View all news

Crossing barriers – and hitting a brick wall

20 December 2004

An imaginative project found a cheap way to make sure patients receive the disability benefits to which they are entitled. So why don't policy makers implement it, asks John Kirwan, Professor of Rheumatic Diseases?

Arthritis is the most common physical reason for people, especially the elderly, becoming disabled. Overcoming such problems involves extra costs, but disabled people often have low incomes. You might think therefore, that doctors and nurses who look after people with arthritis would encourage their patients to apply for benefits, but they are often unaware of the details of their patients’ functional difficulties and are unclear whether they would qualify under the complex social security legislation.

There are three important barriers to claiming Disability Living Allowance and Attendance Allowance, the main disability benefits.

1 Identifying patients who are likely to succeed in gaining an award if they apply (after all, we don’t want to raise patients’ expectations inappropriately, nor to flood the Department of Work and Pensions with inappropriate claims).

2 Filling in the long and complicated application forms, for which many people need advice and which can take up to two hours to complete.

3 The psychological barrier faced by many, especially the elderly, of feeling they are asking for charity and moving into unfamiliar territory.
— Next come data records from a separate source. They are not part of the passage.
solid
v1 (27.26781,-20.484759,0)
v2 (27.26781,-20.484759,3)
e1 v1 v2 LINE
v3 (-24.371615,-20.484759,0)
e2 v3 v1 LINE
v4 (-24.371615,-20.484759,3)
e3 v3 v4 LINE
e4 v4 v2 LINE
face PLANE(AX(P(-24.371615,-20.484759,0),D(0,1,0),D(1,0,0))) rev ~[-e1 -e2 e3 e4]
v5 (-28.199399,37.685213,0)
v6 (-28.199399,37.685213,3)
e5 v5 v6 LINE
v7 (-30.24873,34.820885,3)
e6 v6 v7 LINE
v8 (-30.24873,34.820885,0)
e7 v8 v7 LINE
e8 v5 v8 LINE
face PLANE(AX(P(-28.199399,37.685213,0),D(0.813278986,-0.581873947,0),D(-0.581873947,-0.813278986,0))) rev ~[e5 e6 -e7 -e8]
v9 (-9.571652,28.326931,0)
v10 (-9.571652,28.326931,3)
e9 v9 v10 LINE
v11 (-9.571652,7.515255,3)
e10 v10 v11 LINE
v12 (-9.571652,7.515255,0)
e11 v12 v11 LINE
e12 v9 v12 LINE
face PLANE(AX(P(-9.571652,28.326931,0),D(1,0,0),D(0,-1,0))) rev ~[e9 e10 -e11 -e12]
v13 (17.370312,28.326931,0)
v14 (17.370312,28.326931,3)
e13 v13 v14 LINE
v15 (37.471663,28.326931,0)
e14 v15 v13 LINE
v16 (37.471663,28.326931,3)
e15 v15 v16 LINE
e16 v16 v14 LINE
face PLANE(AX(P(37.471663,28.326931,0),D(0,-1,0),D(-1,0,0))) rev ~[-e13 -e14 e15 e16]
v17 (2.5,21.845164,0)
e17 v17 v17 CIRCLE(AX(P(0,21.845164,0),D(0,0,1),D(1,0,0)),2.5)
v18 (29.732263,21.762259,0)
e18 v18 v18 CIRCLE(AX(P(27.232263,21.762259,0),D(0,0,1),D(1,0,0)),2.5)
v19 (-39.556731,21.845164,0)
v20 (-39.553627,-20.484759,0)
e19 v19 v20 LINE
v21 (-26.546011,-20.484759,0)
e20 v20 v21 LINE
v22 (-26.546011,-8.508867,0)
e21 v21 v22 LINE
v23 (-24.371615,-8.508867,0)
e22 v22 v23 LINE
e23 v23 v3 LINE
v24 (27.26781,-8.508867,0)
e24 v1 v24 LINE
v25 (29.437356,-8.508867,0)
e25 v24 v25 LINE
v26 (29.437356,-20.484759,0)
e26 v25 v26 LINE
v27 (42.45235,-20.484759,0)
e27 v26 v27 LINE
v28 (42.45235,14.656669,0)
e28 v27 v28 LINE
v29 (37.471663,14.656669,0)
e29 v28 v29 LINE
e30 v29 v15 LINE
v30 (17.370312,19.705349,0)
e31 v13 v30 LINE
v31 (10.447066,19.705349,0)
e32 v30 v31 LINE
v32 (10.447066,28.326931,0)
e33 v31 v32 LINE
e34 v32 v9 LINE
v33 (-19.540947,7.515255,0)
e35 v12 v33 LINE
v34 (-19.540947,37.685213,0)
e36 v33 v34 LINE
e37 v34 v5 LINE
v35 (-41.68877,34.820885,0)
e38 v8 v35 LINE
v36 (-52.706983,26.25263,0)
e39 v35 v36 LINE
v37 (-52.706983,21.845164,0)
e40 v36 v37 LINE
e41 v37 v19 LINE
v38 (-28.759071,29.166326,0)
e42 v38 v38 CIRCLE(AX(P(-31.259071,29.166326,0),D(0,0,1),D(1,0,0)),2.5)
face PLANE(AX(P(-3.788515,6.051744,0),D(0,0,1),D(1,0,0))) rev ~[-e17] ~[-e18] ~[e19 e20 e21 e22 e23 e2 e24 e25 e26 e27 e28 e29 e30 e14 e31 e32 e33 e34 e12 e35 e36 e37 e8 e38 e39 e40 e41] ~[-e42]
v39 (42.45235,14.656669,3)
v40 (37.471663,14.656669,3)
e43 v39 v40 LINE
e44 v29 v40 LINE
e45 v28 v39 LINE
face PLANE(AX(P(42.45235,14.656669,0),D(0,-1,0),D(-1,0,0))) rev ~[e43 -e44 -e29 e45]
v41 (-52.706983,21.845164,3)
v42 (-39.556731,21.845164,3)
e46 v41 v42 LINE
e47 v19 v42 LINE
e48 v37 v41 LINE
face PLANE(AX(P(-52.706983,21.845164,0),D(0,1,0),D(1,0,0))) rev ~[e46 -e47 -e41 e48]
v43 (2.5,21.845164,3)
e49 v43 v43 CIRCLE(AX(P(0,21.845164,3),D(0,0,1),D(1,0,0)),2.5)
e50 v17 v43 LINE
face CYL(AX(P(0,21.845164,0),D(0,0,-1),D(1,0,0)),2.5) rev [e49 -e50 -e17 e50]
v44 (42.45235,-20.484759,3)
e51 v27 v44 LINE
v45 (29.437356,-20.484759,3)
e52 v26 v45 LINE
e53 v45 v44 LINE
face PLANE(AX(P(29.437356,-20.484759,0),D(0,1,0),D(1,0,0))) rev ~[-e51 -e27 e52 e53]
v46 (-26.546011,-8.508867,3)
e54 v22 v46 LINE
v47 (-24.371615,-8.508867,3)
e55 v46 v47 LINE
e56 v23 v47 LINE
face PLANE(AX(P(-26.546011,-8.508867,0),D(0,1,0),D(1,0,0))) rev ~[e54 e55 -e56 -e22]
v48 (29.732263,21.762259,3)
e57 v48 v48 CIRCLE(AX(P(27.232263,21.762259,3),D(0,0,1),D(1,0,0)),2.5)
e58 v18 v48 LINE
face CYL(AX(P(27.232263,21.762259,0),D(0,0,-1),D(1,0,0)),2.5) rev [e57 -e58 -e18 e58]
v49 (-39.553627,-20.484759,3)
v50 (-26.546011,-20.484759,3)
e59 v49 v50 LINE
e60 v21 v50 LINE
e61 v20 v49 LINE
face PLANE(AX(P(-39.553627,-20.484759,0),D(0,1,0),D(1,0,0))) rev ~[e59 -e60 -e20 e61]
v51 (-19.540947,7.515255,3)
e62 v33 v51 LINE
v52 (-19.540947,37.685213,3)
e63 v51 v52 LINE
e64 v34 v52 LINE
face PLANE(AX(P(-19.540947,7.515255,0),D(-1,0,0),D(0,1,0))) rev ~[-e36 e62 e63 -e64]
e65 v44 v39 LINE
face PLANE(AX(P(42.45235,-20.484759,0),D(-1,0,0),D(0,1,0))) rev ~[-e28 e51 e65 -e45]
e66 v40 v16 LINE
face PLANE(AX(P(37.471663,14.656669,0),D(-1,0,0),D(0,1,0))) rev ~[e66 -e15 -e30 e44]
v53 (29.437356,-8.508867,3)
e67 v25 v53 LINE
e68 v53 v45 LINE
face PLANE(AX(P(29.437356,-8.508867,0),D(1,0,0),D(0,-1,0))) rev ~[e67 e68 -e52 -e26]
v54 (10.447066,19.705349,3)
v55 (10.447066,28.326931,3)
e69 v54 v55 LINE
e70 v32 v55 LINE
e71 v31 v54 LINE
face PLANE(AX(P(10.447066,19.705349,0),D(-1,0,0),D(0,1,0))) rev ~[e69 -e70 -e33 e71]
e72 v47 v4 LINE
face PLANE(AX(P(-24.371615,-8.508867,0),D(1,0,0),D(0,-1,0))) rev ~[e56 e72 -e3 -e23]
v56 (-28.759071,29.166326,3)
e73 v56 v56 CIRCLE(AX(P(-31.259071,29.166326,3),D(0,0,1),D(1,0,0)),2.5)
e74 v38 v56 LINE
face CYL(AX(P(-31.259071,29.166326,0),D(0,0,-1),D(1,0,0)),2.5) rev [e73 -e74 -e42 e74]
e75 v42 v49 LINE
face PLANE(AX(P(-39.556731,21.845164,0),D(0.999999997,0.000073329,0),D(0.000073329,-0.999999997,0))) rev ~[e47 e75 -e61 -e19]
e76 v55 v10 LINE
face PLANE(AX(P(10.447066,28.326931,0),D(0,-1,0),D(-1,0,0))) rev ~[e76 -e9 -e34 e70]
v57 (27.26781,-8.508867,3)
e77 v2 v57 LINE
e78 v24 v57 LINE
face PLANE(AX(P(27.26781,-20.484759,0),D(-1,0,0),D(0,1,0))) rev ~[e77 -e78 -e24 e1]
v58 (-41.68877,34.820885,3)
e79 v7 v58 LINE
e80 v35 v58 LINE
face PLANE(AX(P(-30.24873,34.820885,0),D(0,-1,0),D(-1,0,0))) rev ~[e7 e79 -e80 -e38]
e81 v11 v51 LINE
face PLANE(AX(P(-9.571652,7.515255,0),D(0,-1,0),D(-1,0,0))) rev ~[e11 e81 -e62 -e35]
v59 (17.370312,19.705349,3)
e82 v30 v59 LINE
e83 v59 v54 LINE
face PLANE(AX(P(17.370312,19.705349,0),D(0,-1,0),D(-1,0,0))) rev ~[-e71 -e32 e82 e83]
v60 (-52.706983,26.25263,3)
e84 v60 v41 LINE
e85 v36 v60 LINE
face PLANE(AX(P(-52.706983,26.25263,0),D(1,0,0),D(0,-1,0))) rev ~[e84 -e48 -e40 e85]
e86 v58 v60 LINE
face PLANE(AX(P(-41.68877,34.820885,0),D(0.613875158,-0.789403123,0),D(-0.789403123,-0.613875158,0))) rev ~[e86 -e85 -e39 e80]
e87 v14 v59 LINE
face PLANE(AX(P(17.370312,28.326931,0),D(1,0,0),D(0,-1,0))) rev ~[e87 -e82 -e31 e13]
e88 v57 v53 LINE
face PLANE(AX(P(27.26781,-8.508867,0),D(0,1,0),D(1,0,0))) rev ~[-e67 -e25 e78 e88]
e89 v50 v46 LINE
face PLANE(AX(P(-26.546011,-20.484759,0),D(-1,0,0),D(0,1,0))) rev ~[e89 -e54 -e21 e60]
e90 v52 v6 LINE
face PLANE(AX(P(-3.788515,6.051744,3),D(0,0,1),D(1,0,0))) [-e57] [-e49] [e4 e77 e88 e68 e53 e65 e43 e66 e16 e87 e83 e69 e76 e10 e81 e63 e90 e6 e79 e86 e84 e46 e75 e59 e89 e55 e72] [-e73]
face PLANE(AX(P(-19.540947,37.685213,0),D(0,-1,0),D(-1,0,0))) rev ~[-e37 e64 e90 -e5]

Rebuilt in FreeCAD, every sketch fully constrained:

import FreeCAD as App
import Part
import Sketcher

V = App.Vector
Q = App.Units.Quantity


def add_polygon(sketch, points):
    """Adds a closed chain of lines whose ends are joined by coincident constraints."""
    first, n = sketch.GeometryCount, len(points)
    for a, b in zip(points, points[1:] + points[:1]):
        sketch.addGeometry(Part.LineSegment(App.Vector(*a, 0), App.Vector(*b, 0)), False)
    for i in range(n):
        sketch.addConstraint(Sketcher.Constraint("Coincident", first + i, 2, first + (i + 1) % n, 1))

doc = App.newDocument("Part")
body = doc.addObject("PartDesign::Body", "Body")

# Sketch on XY plane
sketch1 = body.newObject("Sketcher::SketchObject", "Sketch")
sketch1.AttachmentSupport = (doc.getObject("XY_Plane"), [""])
sketch1.MapMode = "FlatFace"
add_polygon(sketch1, [(-39.6, 21.8), (-39.6, -20.5), (-26.5, -20.5), (-26.5, -8.5), (-24.4, -8.5), (-24.4, -20.5), (27.3, -20.5), (27.3, -8.5), (29.4, -8.5), (29.4, -20.5), (42.5, -20.5), (42.5, 14.7), (37.5, 14.7), (37.5, 28.3), (17.4, 28.3), (17.4, 19.7), (10.4, 19.7), (10.4, 28.3), (-9.6, 28.3), (-9.6, 7.5), (-19.5, 7.5), (-19.5, 37.7), (-28.2, 37.7), (-30.2, 34.8), (-41.7, 34.8), (-52.7, 26.3), (-52.7, 21.8)])  # lines 0-26
sketch1.addGeometry(Part.Circle(V(0, 21.8, 0), V(0, 0, 1), 2.5), False)  # 27
sketch1.addGeometry(Part.Circle(V(27.2, 21.8, 0), V(0, 0, 1), 2.5), False)  # 28
sketch1.addGeometry(Part.Circle(V(-31.3, 29.2, 0), V(0, 0, 1), 2.5), False)  # 29
sketch1.addConstraint([
    Sketcher.Constraint("Horizontal", 1),
    Sketcher.Constraint("Vertical", 2),
    Sketcher.Constraint("Horizontal", 3),
    Sketcher.Constraint("Vertical", 4),
    Sketcher.Constraint("Horizontal", 5),
    Sketcher.Constraint("Vertical", 6),
    Sketcher.Constraint("Horizontal", 7),
    Sketcher.Constraint("Vertical", 8),
    Sketcher.Constraint("Horizontal", 9),
    Sketcher.Constraint("Vertical", 10),
    Sketcher.Constraint("Horizontal", 11),
    Sketcher.Constraint("Vertical", 12),
    Sketcher.Constraint("Horizontal", 13),
    Sketcher.Constraint("Vertical", 14),
    Sketcher.Constraint("Horizontal", 15),
    Sketcher.Constraint("Vertical", 16),
    Sketcher.Constraint("Horizontal", 17),
    Sketcher.Constraint("Vertical", 18),
    Sketcher.Constraint("Horizontal", 19),
    Sketcher.Constraint("Vertical", 20),
    Sketcher.Constraint("Horizontal", 21),
    Sketcher.Constraint("Horizontal", 23),
    Sketcher.Constraint("Vertical", 25),
    Sketcher.Constraint("Horizontal", 26),
    Sketcher.Constraint("Equal", 27, 28),
    Sketcher.Constraint("Equal", 28, 29),
    Sketcher.Constraint("PointOnObject", 27, 3, -2),
    Sketcher.Constraint("Horizontal", 1, 2, 4, 2),
    Sketcher.Constraint("Horizontal", 3, 2, 6, 2),
    Sketcher.Constraint("Horizontal", 5, 2, 8, 2),
    Sketcher.Constraint("Horizontal", 13, 2, 16, 2),
    Sketcher.Constraint("Horizontal", 27, 3, 25, 2),
    Sketcher.Constraint("Diameter", 27, Q("5 mm")),
    Sketcher.Constraint("DistanceX", 26, 2, 22, 2, Q("9.308001 mm")),
    Sketcher.Constraint("DistanceX", 13, 2, 13, 1, Q("20.101351 mm")),
    Sketcher.Constraint("DistanceX", 17, 2, 17, 1, Q("20.018718 mm")),
    Sketcher.Constraint("DistanceX", 23, 2, 23, 1, Q("11.44004 mm")),
    Sketcher.Constraint("DistanceY", 10, 1, 10, 2, Q("35.141428 mm")),
    Sketcher.Constraint("DistanceY", 12, 1, 12, 2, Q("13.670262 mm")),
    Sketcher.Constraint("DistanceX", 21, 2, -1, 1, Q("28.199399 mm")),
    Sketcher.Constraint("DistanceX", 28, 3, 11, 2, Q("10.2394 mm")),
    Sketcher.Constraint("DistanceX", 23, 2, 29, 3, Q("10.429699 mm")),
    Sketcher.Constraint("Distance", 22, Q("3.52195 mm")),
    Sketcher.Constraint("Distance", 24, Q("13.957651 mm")),
    Sketcher.Constraint("DistanceX", 1, 1, 1, 2, Q("13.007616 mm")),
    Sketcher.Constraint("DistanceX", 3, 1, 3, 2, Q("2.174396 mm")),
    Sketcher.Constraint("DistanceX", 5, 1, 5, 2, Q("51.639425 mm")),
    Sketcher.Constraint("DistanceX", 7, 1, 7, 2, Q("2.169546 mm")),
    Sketcher.Constraint("DistanceX", 9, 1, 9, 2, Q("13.014994 mm")),
    Sketcher.Constraint("DistanceX", 11, 2, 11, 1, Q("4.980687 mm")),
    Sketcher.Constraint("DistanceX", 15, 2, 15, 1, Q("6.923246 mm")),
    Sketcher.Constraint("DistanceX", 19, 2, 19, 1, Q("9.969295 mm")),
    Sketcher.Constraint("DistanceX", 21, 2, 21, 1, Q("8.658452 mm")),
    Sketcher.Constraint("DistanceX", 26, 1, 26, 2, Q("13.150252 mm")),
    Sketcher.Constraint("DistanceY", 2, 1, 2, 2, Q("11.975892 mm")),
    Sketcher.Constraint("DistanceY", 14, 2, 14, 1, Q("8.621582 mm")),
    Sketcher.Constraint("DistanceY", 18, 2, 18, 1, Q("20.811676 mm")),
    Sketcher.Constraint("DistanceY", 20, 1, 20, 2, Q("30.169958 mm")),
    Sketcher.Constraint("DistanceY", 25, 2, 25, 1, Q("4.407466 mm")),
    Sketcher.Constraint("DistanceY", -1, 1, 28, 3, Q("21.762259 mm")),
    Sketcher.Constraint("DistanceX", 29, 3, -1, 1, Q("31.259071 mm")),
    Sketcher.Constraint("DistanceY", 0, 2, -1, 1, Q("20.484759 mm")),
    Sketcher.Constraint("DistanceY", 29, 3, 22, 2, Q("5.654559 mm")),
])
pad1 = body.newObject("PartDesign::Pad", "Pad")
pad1.Profile = sketch1
pad1.Length = 3

doc.recompute()
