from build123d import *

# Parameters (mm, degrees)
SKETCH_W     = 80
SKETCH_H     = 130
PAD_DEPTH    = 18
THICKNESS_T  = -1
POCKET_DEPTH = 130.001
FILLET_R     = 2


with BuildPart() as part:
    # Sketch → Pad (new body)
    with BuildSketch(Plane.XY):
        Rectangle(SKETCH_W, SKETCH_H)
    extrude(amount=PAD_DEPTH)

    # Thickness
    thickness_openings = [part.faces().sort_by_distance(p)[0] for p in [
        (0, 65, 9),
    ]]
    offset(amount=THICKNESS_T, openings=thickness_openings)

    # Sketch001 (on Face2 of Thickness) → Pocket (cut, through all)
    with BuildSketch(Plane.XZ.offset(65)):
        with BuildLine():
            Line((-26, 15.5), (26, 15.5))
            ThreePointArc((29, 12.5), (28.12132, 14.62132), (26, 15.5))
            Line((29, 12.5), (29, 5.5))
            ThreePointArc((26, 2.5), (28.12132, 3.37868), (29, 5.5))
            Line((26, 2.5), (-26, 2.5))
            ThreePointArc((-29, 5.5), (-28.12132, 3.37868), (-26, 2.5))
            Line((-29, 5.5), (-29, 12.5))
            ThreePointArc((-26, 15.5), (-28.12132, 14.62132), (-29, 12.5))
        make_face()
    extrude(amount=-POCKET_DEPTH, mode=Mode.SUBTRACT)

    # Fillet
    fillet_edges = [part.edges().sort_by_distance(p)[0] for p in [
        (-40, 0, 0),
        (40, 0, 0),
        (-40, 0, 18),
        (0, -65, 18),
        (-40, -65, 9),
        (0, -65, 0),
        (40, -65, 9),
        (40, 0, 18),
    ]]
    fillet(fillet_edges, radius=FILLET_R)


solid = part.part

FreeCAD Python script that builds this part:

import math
import FreeCAD as App
import Part
import Sketcher
from FreeCAD import Vector


def edges_at(feature, points):
    """Names of the edges that pass closest to the given points."""
    edges = feature.Shape.Edges
    near = lambda p: min(range(len(edges)), key=lambda i: edges[i].distToShape(Part.Vertex(*p))[0])
    return sorted({f"Edge{near(p) + 1}" for p in points})


def faces_at(feature, points):
    """Names of the faces that lie closest to the given points."""
    faces = feature.Shape.Faces
    near = lambda p: min(range(len(faces)), key=lambda i: faces[i].distToShape(Part.Vertex(*p))[0])
    return sorted({f"Face{near(p) + 1}" for p in points})

doc = App.newDocument("Part")
params = doc.addObject("Spreadsheet::Sheet", "Params")
for row, (alias, value) in enumerate([
    ("sketch1_width", "80 mm"),
    ("sketch1_height", "130 mm"),
    ("pad1_length", "18 mm"),
    ("thickness_wall", "1 mm"),
    ("sketch2_radius", "3.000001 mm"),
    ("sketch2_width", "52 mm"),
    ("sketch2_height", "7 mm"),
    ("fillet_radius", "2 mm"),
], start=1):
    params.set(f"A{row}", alias)
    params.set(f"B{row}", "=" + value)
    params.setAlias(f"B{row}", alias)

body = doc.addObject("PartDesign::Body", "Body")

sketch1 = body.newObject("Sketcher::SketchObject", "Sketch")
sketch1.AttachmentSupport = (doc.getObject("XY_Plane"), [""])
sketch1.MapMode = "FlatFace"
sketch1.addGeometry([
    Part.LineSegment(Vector(-40, 65, 0), Vector(-40, -65, 0)),
    Part.LineSegment(Vector(-40, -65, 0), Vector(40, -65, 0)),
    Part.LineSegment(Vector(40, -65, 0), Vector(40, 65, 0)),
    Part.LineSegment(Vector(40, 65, 0), Vector(-40, 65, 0)),
], False)
sketch1.addConstraint([
    Sketcher.Constraint("Coincident", 0, 2, 1, 1),
    Sketcher.Constraint("Coincident", 1, 2, 2, 1),
    Sketcher.Constraint("Coincident", 2, 2, 3, 1),
    Sketcher.Constraint("Coincident", 3, 2, 0, 1),
    Sketcher.Constraint("Vertical", 0),
    Sketcher.Constraint("Horizontal", 1),
    Sketcher.Constraint("Vertical", 2),
    Sketcher.Constraint("Horizontal", 3),
    Sketcher.Constraint("Symmetric", 0, 2, 2, 2, -1, 1),
    Sketcher.Constraint("DistanceX", 1, 1, 1, 2, 80.0),
    Sketcher.Constraint("DistanceY", 0, 2, 0, 1, 130.0),
])
sketch1.setExpression("Constraints[9]", "Params.sketch1_width")
sketch1.setExpression("Constraints[10]", "Params.sketch1_height")
pad1 = body.newObject("PartDesign::Pad", "Pad")
pad1.Profile = sketch1
pad1.setExpression("Length", "Params.pad1_length")
doc.recompute()

thickness = body.newObject("PartDesign::Thickness", "Thickness")
thickness.Base = (pad1, faces_at(pad1, [(0, 65, 9)]))
thickness.setExpression("Value", "Params.thickness_wall")
thickness.Reversed = True
thickness.Join = "Arc"

sketch2 = body.newObject("Sketcher::SketchObject", "Sketch001")
sketch2.AttachmentSupport = (doc.getObject("XZ_Plane"), [""])
sketch2.MapMode = "FlatFace"
sketch2.AttachmentOffset = App.Placement(Vector(0, 0, 65), App.Rotation())
sketch2.addGeometry([
    Part.LineSegment(Vector(26, 15.5, 0), Vector(-26, 15.5, 0)),
    Part.ArcOfCircle(Part.Circle(Vector(-26, 12.5, 0), Vector(0, 0, 1), 3), math.radians(90), math.radians(180)),
    Part.LineSegment(Vector(-29, 12.5, 0), Vector(-29, 5.5, 0)),
    Part.ArcOfCircle(Part.Circle(Vector(-26, 5.5, 0), Vector(0, 0, 1), 3), math.radians(-180), math.radians(-90)),
    Part.LineSegment(Vector(-26, 2.5, 0), Vector(26, 2.5, 0)),
    Part.ArcOfCircle(Part.Circle(Vector(26, 5.5, 0), Vector(0, 0, 1), 3), math.radians(-90), math.radians(0)),
    Part.LineSegment(Vector(29, 5.5, 0), Vector(29, 12.5, 0)),
    Part.ArcOfCircle(Part.Circle(Vector(26, 12.5, 0), Vector(0, 0, 1), 3), math.radians(0), math.radians(90)),
], False)
sketch2.addConstraint([
    Sketcher.Constraint("Tangent", 0, 2, 1, 1),
    Sketcher.Constraint("Tangent", 1, 2, 2, 1),
    Sketcher.Constraint("Tangent", 2, 2, 3, 1),
    Sketcher.Constraint("Tangent", 3, 2, 4, 1),
    Sketcher.Constraint("Tangent", 4, 2, 5, 1),
    Sketcher.Constraint("Tangent", 5, 2, 6, 1),
    Sketcher.Constraint("Tangent", 6, 2, 7, 1),
    Sketcher.Constraint("Tangent", 7, 2, 0, 1),
    Sketcher.Constraint("Horizontal", 0),
    Sketcher.Constraint("Vertical", 2),
    Sketcher.Constraint("Horizontal", 4),
    Sketcher.Constraint("Vertical", 6),
    Sketcher.Constraint("Equal", 1, 3),
    Sketcher.Constraint("Equal", 3, 5),
    Sketcher.Constraint("Equal", 5, 7),
    Sketcher.Constraint("Radius", 1, 3.000001),
    Sketcher.Constraint("DistanceX", 0, 2, 0, 1, 52.0),
    Sketcher.Constraint("DistanceY", 2, 2, 2, 1, 7.0),
    Sketcher.Constraint("DistanceX", 1, 3, -1, 1, 25.999999),
    Sketcher.Constraint("DistanceY", -1, 1, 1, 3, 12.499999),
])
sketch2.setExpression("Constraints[15]", "Params.sketch2_radius")
sketch2.setExpression("Constraints[16]", "Params.sketch2_width")
sketch2.setExpression("Constraints[17]", "Params.sketch2_height")
pocket1 = body.newObject("PartDesign::Pocket", "Pocket")
pocket1.Profile = sketch2
pocket1.Type = "ThroughAll"
doc.recompute()

fillet = body.newObject("PartDesign::Fillet", "Fillet")
fillet.Base = (pocket1, edges_at(pocket1, [
    (-40, 0, 0),
    (40, 0, 0),
    (-40, 0, 18),
    (0, -65, 18),
    (-40, -65, 9),
    (0, -65, 0),
    (40, -65, 9),
    (40, 0, 18),
]))
fillet.setExpression("Radius", "Params.fillet_radius")

doc.recompute()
In collaboration with colleagues at the University of the West of England and GPs in Bristol’s Air Balloon Surgery, Kirwan and his team in the University’s Academic Rheumatology Unit tested out a way of breaking down all three barriers at the same time. First, they used a simple, five-minute, 20-item questionnaire (called the Health Assessment Questionnaire or HAQ) to try to identify those patients with a high likelihood of success if they applied for benefits. Second, they offered high-scoring patients an appointment with a Welfare Advice Worker (often a Citizens Advice Bureau volunteer) to help them complete the application form, and third, this service was provided at the Outpatient Department attended by the patient, or at their GP’s surgery.

Disability benefits are not claimed by aproximately half of those who are eligible

A pilot study was conducted at the Bristol Royal Infirmary and the Air Balloon Surgery. More than three quarters of patients identified as being eligible, applied for, and were awarded, disability benefits. These initial results were encouraging, but would the same system work in other places outside teaching hospitals and big cities? A much larger study, planned and coordinated from Bristol, was tested out in four other hospitals and ten general practices in other parts of the West Country. The preliminary results of the pilot study were confirmed and strengthened, and 163 people were awarded benefits within three months of applying. In total, more than £350,000 a year is now being paid to patients who were previously unaware that they qualified for benefits. It’s not often that a research project actually produces an income for the participants!

A conference of interested parties was convened, including the GPs and rheumatologists who took part, the Nuffield Foundation, and the Department of Work and Pensions. It took a hard look at the results and concluded that the system should be widely implemented. However, there is a catch: it costs money to provide the space, advice and administration. The NHS is strapped for cash and cannot find resources to support social benefits. An economic analysis was undertaken as part of the research project, and found that the cost of providing the whole system was less than one week of benefit payments for each patient. This is not much to ask when patients will probably be on benefits for life. Perhaps the Department for Work and Pensions could fund the exercise, as it is certainly committed to encouraging uptake of benefits? But it seems the Department is only allowed to pay out benefits, not pay out to help people apply.

This looks like a case of joined-up thinking by the researchers, but where is the joined-up thinking from the policy makers?

So there we have it: an imaginative collaborative research project, which surmounted the barriers between hospital and general practice, between health and social care, and between the public sector and the voluntary sector. It found a way to help the right people take up the benefits they deserve, in line with government policy. But it cannot find a way to be implemented. This looks like a case of joined-up thinking by the researchers, but where is the joined-up thinking from the policy makers?